▶ MATERIAL PROVIDED:
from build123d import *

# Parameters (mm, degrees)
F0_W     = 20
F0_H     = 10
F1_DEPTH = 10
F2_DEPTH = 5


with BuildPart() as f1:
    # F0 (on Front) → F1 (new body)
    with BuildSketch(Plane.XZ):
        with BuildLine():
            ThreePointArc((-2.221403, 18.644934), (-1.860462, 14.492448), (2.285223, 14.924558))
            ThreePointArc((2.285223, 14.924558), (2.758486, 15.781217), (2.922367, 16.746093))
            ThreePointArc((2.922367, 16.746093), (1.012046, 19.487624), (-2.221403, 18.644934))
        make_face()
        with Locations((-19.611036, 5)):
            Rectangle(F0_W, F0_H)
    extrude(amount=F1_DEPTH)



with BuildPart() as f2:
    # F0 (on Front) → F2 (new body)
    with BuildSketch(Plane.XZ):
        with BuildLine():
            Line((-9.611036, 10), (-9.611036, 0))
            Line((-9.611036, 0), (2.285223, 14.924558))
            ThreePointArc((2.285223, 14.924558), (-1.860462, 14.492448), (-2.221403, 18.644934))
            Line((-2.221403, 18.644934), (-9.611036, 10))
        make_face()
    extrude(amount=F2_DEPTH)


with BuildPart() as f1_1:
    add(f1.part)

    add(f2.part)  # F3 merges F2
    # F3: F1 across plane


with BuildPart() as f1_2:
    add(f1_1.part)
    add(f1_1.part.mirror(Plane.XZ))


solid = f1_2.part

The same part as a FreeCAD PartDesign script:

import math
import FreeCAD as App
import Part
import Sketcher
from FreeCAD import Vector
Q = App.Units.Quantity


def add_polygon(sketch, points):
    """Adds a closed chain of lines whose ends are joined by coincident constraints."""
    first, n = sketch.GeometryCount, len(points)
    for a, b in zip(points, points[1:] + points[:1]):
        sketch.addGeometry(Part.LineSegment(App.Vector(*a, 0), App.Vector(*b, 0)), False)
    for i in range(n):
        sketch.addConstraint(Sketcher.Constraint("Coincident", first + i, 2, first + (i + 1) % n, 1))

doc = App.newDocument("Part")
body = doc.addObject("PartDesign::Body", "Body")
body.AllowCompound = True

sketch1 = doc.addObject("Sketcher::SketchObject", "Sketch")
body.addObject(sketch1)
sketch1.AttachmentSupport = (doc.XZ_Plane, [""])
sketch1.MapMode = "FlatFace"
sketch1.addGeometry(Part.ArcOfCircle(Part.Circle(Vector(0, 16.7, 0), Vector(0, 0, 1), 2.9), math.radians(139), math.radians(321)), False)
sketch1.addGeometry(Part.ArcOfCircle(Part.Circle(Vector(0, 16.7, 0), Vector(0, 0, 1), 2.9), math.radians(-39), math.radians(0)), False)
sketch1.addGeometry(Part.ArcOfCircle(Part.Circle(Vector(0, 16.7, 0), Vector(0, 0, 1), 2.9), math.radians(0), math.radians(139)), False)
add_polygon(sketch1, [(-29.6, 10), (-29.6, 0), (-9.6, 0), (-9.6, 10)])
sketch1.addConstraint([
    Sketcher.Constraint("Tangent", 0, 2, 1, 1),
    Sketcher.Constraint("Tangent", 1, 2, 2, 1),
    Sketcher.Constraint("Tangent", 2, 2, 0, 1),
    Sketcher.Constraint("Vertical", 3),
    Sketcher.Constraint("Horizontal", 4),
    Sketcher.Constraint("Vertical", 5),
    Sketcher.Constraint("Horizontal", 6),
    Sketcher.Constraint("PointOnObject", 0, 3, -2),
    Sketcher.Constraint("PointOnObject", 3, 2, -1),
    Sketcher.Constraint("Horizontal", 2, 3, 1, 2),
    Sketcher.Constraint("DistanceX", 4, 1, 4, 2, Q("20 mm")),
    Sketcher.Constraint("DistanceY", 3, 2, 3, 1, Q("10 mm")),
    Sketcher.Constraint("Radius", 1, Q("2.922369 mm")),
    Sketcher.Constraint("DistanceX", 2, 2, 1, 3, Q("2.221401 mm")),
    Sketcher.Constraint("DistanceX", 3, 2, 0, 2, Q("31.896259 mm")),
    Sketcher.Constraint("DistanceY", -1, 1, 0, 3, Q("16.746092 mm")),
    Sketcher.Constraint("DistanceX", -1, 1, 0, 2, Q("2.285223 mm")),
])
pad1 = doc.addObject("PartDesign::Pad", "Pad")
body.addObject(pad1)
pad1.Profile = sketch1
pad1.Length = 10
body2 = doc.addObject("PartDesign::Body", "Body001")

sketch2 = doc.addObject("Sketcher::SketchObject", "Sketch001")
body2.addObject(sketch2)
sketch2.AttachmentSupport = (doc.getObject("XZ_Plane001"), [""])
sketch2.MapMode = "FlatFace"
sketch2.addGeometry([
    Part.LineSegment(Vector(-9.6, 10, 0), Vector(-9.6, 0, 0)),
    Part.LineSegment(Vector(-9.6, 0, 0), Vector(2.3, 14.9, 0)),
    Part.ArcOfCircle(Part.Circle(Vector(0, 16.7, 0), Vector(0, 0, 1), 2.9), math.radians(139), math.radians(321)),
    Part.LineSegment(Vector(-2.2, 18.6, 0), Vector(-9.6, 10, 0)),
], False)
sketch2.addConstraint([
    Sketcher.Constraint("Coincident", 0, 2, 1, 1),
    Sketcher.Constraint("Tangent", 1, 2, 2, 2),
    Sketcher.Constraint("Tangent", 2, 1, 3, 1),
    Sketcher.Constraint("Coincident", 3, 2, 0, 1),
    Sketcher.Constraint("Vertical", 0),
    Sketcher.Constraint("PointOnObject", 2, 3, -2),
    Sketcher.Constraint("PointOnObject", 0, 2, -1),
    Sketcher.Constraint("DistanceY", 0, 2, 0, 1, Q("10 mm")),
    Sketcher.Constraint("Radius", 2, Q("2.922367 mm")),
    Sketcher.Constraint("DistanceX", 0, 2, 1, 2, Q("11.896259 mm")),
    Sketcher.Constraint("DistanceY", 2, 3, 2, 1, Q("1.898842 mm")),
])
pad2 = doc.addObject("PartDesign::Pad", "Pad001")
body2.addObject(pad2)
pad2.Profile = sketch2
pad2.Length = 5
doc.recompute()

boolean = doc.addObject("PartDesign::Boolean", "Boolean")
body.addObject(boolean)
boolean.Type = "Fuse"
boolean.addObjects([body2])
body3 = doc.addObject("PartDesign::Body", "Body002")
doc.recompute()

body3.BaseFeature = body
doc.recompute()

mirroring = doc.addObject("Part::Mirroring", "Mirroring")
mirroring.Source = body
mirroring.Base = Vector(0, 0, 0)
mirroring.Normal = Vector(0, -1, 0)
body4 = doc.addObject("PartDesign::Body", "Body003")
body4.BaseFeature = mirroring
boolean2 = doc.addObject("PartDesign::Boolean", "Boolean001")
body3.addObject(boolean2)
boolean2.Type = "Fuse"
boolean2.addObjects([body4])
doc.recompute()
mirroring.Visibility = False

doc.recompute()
==
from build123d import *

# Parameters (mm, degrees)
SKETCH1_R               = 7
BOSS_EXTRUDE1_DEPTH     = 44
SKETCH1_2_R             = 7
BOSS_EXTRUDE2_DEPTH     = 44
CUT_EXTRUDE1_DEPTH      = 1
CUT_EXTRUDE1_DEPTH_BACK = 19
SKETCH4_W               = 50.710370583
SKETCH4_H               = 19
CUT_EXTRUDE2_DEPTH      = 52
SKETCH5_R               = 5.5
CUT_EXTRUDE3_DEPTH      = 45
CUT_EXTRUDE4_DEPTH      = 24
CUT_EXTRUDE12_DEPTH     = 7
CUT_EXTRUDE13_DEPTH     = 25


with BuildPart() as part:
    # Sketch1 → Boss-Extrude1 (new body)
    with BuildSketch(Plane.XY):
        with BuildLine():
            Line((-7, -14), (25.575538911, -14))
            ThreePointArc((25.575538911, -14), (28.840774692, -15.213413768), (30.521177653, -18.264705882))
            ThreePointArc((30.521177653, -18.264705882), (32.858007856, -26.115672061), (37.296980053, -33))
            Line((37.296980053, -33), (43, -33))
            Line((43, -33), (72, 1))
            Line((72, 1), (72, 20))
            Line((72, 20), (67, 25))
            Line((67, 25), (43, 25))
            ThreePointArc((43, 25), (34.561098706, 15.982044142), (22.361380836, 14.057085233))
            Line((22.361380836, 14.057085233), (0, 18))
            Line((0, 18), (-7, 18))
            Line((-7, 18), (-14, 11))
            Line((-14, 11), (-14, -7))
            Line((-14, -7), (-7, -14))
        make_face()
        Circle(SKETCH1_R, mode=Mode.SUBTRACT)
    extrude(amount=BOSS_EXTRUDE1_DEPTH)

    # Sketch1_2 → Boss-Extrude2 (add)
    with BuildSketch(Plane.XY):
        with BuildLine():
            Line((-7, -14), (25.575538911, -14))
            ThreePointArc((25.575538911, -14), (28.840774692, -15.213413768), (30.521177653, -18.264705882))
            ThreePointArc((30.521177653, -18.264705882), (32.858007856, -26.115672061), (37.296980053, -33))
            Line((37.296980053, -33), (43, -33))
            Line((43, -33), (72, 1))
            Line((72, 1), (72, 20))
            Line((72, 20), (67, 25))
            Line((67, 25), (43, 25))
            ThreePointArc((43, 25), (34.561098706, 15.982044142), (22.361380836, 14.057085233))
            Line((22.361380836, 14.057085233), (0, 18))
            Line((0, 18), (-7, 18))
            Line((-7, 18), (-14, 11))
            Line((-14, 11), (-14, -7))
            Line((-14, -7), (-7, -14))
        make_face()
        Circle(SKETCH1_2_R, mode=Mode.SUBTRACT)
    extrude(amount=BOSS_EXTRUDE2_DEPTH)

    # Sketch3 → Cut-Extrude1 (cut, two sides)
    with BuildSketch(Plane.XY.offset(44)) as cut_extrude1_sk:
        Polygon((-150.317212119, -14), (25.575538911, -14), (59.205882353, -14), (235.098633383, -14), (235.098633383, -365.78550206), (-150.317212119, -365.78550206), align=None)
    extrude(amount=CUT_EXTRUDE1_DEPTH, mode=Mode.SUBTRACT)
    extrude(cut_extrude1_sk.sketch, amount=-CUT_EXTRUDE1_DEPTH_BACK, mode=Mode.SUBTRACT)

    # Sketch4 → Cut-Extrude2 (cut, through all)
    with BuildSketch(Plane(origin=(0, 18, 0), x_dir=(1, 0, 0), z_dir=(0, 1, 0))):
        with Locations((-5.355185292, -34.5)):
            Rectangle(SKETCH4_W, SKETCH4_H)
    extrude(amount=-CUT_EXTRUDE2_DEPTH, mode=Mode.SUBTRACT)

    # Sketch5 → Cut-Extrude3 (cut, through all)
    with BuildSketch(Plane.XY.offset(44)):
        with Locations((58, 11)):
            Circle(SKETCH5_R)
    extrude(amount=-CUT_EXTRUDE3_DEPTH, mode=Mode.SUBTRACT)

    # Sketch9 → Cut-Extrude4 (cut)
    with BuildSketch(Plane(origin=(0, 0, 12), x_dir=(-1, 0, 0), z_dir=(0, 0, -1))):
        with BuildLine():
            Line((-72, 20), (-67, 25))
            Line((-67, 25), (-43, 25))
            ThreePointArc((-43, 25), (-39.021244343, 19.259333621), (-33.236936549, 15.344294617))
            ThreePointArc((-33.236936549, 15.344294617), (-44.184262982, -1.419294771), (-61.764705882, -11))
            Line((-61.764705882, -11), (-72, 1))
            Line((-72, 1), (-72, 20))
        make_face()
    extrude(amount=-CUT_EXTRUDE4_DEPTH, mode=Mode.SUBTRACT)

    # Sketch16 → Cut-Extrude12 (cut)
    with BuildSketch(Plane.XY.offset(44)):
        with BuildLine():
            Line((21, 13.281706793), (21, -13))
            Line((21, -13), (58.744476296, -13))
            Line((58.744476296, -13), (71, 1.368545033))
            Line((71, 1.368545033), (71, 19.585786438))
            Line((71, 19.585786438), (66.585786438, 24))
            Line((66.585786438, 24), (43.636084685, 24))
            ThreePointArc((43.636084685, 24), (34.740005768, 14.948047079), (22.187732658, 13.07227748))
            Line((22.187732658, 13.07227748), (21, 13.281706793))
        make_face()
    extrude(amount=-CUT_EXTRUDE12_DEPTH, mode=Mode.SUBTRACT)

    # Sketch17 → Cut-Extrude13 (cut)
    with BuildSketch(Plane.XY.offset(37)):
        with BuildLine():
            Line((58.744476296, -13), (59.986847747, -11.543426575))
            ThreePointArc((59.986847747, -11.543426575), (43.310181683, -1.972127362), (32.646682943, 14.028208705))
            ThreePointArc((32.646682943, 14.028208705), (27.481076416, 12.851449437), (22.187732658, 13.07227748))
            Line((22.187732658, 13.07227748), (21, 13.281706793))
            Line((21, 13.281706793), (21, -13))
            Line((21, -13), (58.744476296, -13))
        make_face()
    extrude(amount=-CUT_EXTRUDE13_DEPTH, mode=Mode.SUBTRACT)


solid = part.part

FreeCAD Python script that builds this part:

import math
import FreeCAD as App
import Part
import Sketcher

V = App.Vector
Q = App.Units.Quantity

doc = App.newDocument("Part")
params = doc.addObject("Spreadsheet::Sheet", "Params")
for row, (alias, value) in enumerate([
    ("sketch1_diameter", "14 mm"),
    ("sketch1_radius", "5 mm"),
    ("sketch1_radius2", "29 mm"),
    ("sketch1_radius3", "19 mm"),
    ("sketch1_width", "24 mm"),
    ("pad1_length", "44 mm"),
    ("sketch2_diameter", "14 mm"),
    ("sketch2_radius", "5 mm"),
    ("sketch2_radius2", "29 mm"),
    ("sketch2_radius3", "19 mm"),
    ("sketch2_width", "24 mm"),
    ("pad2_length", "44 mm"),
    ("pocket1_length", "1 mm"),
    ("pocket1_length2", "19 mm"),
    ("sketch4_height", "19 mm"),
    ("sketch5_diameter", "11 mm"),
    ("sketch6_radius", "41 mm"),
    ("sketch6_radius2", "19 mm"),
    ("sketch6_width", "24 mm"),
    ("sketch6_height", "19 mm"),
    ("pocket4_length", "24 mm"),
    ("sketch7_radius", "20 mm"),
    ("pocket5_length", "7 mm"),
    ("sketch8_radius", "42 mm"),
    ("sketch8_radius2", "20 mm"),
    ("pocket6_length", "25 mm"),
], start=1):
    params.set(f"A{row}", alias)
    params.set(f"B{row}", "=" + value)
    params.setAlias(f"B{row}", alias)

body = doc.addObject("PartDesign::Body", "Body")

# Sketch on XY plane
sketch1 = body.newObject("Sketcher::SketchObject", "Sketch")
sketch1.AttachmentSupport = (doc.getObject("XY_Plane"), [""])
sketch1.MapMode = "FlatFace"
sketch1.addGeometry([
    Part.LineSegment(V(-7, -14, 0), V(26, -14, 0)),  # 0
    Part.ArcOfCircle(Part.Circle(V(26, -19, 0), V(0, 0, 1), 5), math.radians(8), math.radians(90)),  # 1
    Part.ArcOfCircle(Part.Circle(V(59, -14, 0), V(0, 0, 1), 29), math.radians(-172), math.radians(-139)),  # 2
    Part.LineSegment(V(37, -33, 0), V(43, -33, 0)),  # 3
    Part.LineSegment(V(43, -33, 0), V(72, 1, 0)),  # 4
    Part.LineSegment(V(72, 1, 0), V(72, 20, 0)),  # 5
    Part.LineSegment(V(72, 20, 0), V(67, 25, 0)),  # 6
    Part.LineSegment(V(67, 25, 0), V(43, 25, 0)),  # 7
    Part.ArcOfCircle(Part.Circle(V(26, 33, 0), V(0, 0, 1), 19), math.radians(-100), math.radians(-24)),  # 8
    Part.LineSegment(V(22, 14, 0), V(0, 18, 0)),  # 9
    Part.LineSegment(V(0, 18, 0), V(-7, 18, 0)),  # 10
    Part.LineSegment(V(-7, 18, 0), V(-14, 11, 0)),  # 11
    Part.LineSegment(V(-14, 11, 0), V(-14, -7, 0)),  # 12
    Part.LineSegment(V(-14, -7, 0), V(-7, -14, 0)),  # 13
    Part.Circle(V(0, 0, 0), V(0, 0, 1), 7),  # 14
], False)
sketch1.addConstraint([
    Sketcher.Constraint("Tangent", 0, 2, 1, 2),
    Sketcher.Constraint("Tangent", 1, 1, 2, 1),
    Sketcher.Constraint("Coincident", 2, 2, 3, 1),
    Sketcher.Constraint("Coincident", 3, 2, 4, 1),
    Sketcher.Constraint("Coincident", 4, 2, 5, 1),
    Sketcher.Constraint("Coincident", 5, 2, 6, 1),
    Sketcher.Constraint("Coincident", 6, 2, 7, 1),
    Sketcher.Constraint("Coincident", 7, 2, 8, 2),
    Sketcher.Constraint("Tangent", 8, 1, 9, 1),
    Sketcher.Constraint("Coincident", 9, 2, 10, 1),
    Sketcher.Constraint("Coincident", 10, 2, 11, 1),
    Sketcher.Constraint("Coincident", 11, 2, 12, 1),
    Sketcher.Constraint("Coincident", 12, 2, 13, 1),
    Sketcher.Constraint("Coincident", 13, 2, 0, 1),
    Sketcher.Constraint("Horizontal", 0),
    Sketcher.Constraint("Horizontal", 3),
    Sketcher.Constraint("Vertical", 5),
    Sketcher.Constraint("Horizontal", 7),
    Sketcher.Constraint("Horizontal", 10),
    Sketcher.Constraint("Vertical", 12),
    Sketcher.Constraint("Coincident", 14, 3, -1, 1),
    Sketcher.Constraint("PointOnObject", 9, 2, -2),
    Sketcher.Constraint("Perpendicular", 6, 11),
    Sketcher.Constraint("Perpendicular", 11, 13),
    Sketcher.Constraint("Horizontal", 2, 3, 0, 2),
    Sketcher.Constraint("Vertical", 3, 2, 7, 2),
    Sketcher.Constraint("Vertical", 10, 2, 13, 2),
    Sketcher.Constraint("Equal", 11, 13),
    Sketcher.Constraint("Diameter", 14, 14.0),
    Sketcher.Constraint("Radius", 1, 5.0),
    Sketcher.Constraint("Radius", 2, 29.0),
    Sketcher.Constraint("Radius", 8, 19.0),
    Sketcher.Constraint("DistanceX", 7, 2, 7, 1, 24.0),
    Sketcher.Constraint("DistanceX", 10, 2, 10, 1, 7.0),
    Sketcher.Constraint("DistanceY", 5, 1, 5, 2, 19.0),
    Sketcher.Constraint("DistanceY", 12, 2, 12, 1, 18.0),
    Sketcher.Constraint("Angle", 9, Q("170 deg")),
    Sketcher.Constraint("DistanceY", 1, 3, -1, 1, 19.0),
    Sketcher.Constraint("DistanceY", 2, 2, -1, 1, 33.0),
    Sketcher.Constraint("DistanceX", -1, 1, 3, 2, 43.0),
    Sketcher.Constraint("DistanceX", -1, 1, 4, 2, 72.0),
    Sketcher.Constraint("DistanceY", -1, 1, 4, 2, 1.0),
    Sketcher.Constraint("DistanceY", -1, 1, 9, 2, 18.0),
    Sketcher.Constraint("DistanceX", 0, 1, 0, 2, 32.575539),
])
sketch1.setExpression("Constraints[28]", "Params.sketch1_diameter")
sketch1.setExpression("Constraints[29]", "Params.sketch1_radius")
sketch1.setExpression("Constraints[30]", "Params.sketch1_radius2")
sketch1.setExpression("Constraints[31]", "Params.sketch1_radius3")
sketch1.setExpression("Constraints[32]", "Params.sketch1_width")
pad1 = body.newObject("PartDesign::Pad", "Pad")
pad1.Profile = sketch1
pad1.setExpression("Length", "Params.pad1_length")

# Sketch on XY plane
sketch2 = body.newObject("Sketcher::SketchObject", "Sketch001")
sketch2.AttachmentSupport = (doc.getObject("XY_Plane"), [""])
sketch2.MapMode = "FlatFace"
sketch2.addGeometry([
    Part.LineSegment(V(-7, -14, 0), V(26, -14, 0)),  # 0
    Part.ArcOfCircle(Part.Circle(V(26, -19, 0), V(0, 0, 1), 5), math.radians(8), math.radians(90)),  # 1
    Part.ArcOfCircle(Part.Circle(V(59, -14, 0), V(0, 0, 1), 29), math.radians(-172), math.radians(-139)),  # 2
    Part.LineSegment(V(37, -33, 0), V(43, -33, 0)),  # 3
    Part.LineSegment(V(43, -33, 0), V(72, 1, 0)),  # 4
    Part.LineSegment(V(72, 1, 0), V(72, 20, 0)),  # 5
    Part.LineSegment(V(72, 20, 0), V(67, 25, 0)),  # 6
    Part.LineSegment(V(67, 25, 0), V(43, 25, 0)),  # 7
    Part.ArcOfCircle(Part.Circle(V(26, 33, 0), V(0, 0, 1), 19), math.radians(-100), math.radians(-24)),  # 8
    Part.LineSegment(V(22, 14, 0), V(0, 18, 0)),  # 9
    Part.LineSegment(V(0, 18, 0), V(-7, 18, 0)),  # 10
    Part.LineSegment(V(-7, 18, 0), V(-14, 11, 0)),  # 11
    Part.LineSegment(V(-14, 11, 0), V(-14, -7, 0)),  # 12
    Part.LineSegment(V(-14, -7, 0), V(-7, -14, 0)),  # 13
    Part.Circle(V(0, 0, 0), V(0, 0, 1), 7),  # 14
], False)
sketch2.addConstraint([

▶ HOW TO COMPLETE THIS TASK: Your reply should be a single number: how many lines in the listing above include the string "origin".

▶ WRITTEN RESPONSE: 2